Better indexers and metadata storage lead to insomnia
I tried to take a break yesterday, but I was too distracted by Medusa developments. I didn't get to sleep until 3:00 AM, and I got up late to work, and I spent the day reading Medusa code instead of working on my company's problems. I blame Marco. I've got to throttle back or I'll burn out.
I played with OTS (open text summarizer) that Marco and Dom recommended. It is a very clever tool. I plan to use it inside the indexer so that only the most important words are indexed. This will significantly reduce the size of the content DB. The ratio feature will let me assign different ratios to mime-types, because source code should be more verbose to be accurate. This beats the snot out the of stop-list I was contemplating. All I need to do is guarantee that the mime-type parser always delivers UTF-8, and that was the plan.
Coupling OTS in the back and an enhanced GSF in the front, will make mime-type parsers easy to create. I'll extend GSF so I can get metadata, summary, and attributes from office, documents, PDFs, images, and music files for special handling. I'll then get the file data from GSF. I'll need to make some mime-type handlers, but that isn't hard since I'm just extracting text at for this phase, and I hope to borrow the importers from Gnumeric and Abiword.

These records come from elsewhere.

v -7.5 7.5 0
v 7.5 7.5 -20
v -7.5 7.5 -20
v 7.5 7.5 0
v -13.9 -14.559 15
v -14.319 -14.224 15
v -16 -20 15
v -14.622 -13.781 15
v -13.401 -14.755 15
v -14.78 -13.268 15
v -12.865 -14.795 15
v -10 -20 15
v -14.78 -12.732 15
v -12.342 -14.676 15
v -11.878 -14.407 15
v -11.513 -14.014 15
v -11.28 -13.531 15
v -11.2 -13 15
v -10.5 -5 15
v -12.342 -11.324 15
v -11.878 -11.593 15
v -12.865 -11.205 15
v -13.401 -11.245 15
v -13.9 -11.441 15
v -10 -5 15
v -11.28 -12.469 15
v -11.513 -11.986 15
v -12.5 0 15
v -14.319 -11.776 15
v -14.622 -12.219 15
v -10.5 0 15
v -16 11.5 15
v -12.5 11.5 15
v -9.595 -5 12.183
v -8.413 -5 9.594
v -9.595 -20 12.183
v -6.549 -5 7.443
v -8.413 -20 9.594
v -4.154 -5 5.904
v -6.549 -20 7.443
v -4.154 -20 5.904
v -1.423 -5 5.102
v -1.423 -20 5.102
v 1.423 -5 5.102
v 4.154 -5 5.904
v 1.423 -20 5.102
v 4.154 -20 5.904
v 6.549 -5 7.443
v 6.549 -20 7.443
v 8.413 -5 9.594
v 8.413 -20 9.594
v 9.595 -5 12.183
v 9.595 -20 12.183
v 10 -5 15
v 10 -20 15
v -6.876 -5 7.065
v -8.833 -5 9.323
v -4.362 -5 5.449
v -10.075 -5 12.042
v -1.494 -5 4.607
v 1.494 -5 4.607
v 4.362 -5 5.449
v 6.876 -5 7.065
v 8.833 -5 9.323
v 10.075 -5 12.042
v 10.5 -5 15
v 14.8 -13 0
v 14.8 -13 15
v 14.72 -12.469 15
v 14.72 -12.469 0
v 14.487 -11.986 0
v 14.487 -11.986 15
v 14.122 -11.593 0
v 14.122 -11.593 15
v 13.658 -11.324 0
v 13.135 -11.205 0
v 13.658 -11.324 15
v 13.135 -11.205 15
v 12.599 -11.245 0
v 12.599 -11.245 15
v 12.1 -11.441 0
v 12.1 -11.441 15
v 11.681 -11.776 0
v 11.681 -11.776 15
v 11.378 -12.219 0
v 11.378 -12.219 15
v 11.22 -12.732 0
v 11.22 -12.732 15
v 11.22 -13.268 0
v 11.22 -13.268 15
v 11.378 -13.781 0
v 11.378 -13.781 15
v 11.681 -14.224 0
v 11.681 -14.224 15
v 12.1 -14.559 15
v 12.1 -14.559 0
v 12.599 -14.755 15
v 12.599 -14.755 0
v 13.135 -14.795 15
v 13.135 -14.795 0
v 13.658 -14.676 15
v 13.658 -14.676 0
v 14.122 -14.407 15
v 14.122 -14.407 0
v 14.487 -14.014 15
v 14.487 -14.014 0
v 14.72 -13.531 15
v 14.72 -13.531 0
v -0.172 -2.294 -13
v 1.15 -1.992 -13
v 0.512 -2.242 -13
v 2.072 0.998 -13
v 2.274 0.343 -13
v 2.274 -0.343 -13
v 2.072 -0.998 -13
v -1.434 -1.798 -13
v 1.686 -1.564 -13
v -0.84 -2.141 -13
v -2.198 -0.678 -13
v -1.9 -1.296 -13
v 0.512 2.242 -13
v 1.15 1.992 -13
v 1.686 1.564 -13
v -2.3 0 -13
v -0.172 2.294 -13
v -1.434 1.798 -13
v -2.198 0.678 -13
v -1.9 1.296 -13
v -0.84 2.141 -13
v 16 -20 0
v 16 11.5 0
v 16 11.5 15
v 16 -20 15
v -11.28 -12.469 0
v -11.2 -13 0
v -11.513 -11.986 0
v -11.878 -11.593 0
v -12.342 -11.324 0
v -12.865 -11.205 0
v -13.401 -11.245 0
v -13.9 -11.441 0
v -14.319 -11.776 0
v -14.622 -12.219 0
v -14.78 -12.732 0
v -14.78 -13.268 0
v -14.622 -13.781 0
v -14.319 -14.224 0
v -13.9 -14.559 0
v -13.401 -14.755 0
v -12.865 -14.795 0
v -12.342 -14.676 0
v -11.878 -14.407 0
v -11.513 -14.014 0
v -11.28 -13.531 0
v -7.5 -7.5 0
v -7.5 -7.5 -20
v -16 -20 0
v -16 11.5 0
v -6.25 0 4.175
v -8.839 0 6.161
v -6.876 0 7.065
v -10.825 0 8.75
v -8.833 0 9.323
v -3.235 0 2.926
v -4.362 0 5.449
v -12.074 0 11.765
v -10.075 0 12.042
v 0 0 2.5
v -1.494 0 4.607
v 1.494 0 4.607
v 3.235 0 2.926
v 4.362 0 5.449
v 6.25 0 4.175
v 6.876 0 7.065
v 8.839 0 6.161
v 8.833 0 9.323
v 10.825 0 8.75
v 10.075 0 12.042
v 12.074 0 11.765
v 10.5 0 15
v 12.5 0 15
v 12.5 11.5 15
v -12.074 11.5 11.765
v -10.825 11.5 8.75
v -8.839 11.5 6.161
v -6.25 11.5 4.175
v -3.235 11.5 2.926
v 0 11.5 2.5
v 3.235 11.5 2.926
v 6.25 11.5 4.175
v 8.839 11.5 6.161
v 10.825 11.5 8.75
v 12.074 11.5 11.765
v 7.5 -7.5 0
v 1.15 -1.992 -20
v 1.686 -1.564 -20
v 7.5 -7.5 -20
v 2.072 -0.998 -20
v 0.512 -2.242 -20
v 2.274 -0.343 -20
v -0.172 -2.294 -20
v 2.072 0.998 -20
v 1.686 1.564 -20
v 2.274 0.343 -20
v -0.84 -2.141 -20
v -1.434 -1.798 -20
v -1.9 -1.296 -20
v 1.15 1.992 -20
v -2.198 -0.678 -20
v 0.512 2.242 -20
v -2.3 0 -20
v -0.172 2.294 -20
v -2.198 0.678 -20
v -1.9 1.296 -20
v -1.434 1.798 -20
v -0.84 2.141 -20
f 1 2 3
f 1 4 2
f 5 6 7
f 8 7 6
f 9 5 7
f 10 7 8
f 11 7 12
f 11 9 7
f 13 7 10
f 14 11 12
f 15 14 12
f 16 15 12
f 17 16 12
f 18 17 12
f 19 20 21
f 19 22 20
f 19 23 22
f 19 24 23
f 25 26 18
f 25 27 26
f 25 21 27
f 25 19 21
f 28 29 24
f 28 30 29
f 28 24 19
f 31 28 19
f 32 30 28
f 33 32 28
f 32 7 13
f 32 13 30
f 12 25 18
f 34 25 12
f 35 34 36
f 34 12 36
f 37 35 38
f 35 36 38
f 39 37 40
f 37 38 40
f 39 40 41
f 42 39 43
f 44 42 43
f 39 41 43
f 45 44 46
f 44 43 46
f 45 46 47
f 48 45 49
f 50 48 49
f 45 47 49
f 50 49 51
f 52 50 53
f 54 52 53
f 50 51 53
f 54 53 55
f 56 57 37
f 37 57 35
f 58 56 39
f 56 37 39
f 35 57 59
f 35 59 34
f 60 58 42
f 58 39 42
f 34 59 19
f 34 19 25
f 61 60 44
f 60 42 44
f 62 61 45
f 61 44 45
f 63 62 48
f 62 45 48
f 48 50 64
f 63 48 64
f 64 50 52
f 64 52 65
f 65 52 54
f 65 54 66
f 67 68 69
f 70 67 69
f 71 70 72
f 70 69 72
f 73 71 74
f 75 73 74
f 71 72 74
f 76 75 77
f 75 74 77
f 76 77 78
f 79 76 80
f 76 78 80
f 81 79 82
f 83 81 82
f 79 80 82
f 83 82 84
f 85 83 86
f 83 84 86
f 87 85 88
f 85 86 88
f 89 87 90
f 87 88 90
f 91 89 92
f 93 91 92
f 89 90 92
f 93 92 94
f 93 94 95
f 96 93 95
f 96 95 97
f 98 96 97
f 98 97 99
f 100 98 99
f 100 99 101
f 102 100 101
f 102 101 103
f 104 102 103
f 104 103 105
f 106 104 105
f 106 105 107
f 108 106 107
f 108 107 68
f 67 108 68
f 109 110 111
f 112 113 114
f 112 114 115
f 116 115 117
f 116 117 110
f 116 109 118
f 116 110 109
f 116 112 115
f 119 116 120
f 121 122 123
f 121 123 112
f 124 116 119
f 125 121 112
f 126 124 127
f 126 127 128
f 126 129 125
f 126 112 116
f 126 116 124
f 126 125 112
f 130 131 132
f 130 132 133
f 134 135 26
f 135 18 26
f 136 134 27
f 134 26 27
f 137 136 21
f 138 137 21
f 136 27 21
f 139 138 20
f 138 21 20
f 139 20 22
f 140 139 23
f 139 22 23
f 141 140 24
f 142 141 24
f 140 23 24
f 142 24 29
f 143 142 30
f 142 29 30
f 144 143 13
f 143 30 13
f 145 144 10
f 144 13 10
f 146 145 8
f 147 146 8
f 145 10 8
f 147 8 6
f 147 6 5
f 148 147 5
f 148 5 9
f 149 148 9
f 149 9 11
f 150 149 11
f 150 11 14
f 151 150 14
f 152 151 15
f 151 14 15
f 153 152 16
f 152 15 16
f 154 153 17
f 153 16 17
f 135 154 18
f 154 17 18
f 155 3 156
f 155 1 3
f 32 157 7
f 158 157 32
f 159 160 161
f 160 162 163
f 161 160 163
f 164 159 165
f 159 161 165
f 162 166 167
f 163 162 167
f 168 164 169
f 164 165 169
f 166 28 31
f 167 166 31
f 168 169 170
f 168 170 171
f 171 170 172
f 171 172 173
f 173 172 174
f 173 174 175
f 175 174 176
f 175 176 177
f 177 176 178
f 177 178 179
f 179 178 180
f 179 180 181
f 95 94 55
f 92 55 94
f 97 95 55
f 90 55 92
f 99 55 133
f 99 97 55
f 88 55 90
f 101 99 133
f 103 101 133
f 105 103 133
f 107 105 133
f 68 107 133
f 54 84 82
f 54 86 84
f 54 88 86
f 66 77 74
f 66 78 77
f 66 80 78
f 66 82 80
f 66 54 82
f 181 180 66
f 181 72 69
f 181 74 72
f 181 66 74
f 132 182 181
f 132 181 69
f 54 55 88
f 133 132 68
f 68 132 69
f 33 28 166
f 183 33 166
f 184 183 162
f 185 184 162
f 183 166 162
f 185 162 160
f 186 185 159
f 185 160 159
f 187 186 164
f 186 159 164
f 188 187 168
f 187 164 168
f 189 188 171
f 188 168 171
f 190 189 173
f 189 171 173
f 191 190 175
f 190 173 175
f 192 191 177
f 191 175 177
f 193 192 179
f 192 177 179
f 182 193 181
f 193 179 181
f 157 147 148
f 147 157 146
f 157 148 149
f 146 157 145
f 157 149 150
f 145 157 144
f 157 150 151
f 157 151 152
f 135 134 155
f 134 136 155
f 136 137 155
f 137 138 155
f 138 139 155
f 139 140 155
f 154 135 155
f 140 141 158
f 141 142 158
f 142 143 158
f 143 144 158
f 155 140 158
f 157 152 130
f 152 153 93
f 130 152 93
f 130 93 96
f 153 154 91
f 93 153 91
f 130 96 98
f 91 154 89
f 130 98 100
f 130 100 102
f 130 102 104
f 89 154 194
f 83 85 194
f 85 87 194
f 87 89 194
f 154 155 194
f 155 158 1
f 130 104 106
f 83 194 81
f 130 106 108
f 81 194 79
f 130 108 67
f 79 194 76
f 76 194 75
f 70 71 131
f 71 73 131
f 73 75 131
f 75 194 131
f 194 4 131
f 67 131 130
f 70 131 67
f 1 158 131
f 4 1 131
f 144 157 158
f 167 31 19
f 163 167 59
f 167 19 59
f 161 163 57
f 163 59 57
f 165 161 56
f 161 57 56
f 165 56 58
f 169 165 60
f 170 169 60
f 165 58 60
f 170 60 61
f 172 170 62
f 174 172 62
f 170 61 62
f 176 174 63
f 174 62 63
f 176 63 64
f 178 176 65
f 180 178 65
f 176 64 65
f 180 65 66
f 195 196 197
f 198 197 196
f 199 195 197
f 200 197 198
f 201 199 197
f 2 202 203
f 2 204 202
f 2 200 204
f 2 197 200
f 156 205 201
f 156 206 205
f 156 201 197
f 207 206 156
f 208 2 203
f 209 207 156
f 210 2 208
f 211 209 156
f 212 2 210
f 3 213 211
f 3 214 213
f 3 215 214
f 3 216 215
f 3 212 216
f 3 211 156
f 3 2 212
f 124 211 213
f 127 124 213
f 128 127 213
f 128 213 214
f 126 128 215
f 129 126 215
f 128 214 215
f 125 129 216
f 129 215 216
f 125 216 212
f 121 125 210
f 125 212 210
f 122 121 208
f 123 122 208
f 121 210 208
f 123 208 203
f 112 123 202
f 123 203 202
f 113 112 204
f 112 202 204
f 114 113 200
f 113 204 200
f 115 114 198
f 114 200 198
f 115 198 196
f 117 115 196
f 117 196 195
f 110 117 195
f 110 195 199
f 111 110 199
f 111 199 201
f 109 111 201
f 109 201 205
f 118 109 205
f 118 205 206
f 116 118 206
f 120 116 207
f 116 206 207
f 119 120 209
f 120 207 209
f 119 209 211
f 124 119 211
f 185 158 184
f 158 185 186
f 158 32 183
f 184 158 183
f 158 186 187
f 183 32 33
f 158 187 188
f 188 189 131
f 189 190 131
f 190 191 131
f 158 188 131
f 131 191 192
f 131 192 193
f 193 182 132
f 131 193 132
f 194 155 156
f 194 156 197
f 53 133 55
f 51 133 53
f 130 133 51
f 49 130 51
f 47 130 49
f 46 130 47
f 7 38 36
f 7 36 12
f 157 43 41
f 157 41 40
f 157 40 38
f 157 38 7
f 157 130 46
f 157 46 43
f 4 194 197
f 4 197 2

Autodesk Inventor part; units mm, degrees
ref_plane "YZ Plane" through (0, 0, 0) normal (1, 0, 0) x (0, 1, 0)
ref_plane "XZ Plane" through (0, 0, 0) normal (0, 1, 0) x (-1, 0, 0)
ref_plane "XY Plane" through (0, 0, 0) normal (0, 0, 1) x (1, 0, 0)
sketch "Skizze1" plane through (0, 0, 0) normal (0, 0, 1) x (1, 0, 0)
  line L0 (-16, 20) -> (16, 20)
  line L1 (16, 20) -> (16, -20)
  line L2 (16, -20) -> (-16, -20)
  line L3 (-16, -20) -> (-16, 20)
  line L4 (-16, 20) -> (16, -20) construction
  line L5 (16, 20) -> (-16, -20) construction
  point P0 (0, 0)
  dimension "d0" = 32
  dimension "d1" = 40
extrude "Extrusion1" add sketch "Skizze1" along normal blind 15
sketch "Skizze2" plane through (-16, -20, 0) normal (0, -1, 0) x (1, 0, 0)
  line L0 (0, 15) -> (32, 15) projected
  line L1 (0, 0) -> (0, 15) projected
  line L2 (32, 0) -> (0, 0) projected
  line L3 (32, 0) -> (32, 15) projected
  line L4 (32, 15) -> (0, 15) projected
  circle A0 centre (16, 15) radius 10
  point P0 (16, 0)
  dimension "d4" = 20
extrude "Extrusion2" cut sketch "Skizze2" against normal blind 15 contours A0 L0 | L0 A0
sketch "Skizze3" plane through (-16, -5, 0) normal (0, -1, 0) x (1, 0, 0)
  line L0 (0, 0) -> (0, 15) projected
  line L1 (32, 0) -> (0, 0) projected
  line L2 (32, 0) -> (32, 15) projected
  line L3 (26, 15) -> (32, 15) projected
  line L4 (0, 15) -> (6, 15) projected
  line L5 (6, 15) -> (26, 15) projected
  circle A0 centre (16, 15) radius 10.5
  point P0 (16, 0)
  dimension "d7" = 21
extrude "Extrusion3" cut sketch "Skizze3" against normal blind 5 contours A0 L3 L5 L4 | L4 L5 L3 A0
sketch "Skizze4" plane through (-16, 0, 0) normal (0, -1, 0) x (1, 0, 0)
  line L0 (5.5, 15) -> (26.5, 15) projected
  circle A0 centre (16, 15) radius 12.5
  point P0 (16, 0)
  dimension "d10" = 25
extrude "Extrusion4" cut sketch "Skizze4" against normal through all
sketch "Skizze5" plane through (0, 0, 15) normal (0, 0, 1) x (1, 0, 0)
  line L0 (-16, 20) -> (-16, -20) projected
  line L1 (-16, -20) -> (-10, -20) projected
  line L2 (-10, -20) -> (-10, -5) projected
  line L3 (10, -5) -> (10, -20) projected
  line L4 (10, -20) -> (16, -20) projected
  line L5 (16, -20) -> (16, 20) projected
  circle A0 centre (-13, -13) radius 1.8
  circle A1 centre (13, -13) radius 1.8
  point P0 (0, 0)
  dimension "d13" = 3.6
  dimension "d14" = 3.6
  dimension "d15" = 7
  dimension "d16" = 7
  dimension "d17" = 3
  dimension "d18" = 3
extrude "Extrusion5" cut sketch "Skizze5" against normal through all
sketch "Skizze6" plane through (0, 0, 0) normal (0, 0, -1) x (-1, 0, 0)
  line L0 (-7.5, 7.5) -> (7.5, 7.5)
  line L1 (7.5, 7.5) -> (7.5, -7.5)
  line L2 (7.5, -7.5) -> (-7.5, -7.5)
  line L3 (-7.5, -7.5) -> (-7.5, 7.5)
  line L4 (-7.5, 7.5) -> (7.5, -7.5) construction
  line L5 (7.5, 7.5) -> (-7.5, -7.5) construction
  point P0 (0, 0)
  dimension "d21" = 15
  dimension "d22" = 15
extrude "Extrusion6" add sketch "Skizze6" along normal blind 20
sketch "Skizze7" plane through (0, 0, -20) normal (0, 0, -1) x (-1, 0, 0)
  circle A0 centre (0, 0) radius 2.3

But Marco put two things in my head. Most of last night was focused on his need for a metadata DB. Medusa is focused on filesystem metadata, not personal data. Epiphany needs a place store bookmarks and history and it must be accessible to all apps. I was planning to make a smart indexer to handle bookmarks and history like a filesystem, but his approach is better. Since I wanted to get all the personal information into Medusa's DB in a future phase, I was going to toss the DB. Well his summary of the problem really helps me focus on where I want to go. In the end, Medusa will be a much smaller tool, and the Metadata DB will become the primary repository and service. I can't stop thinking about it, but I really cannot think about it until I've got Medusa fully working in Nautilus ,and engineered so I so can re-architect Medusa without screwing with Nautilus. I doubt I can start rebuilding the DB, split Medusa into an indexer and storage project, until next year, but Marco wants this started sooner.
I looked at DrWright's activity monitor code today at work. I think GNOME needs an idle monitor. Apps like Medusa and DrWright can connect to it. GNOME should split the screensaver, power management, and system lock and make them clients of the idle monitor.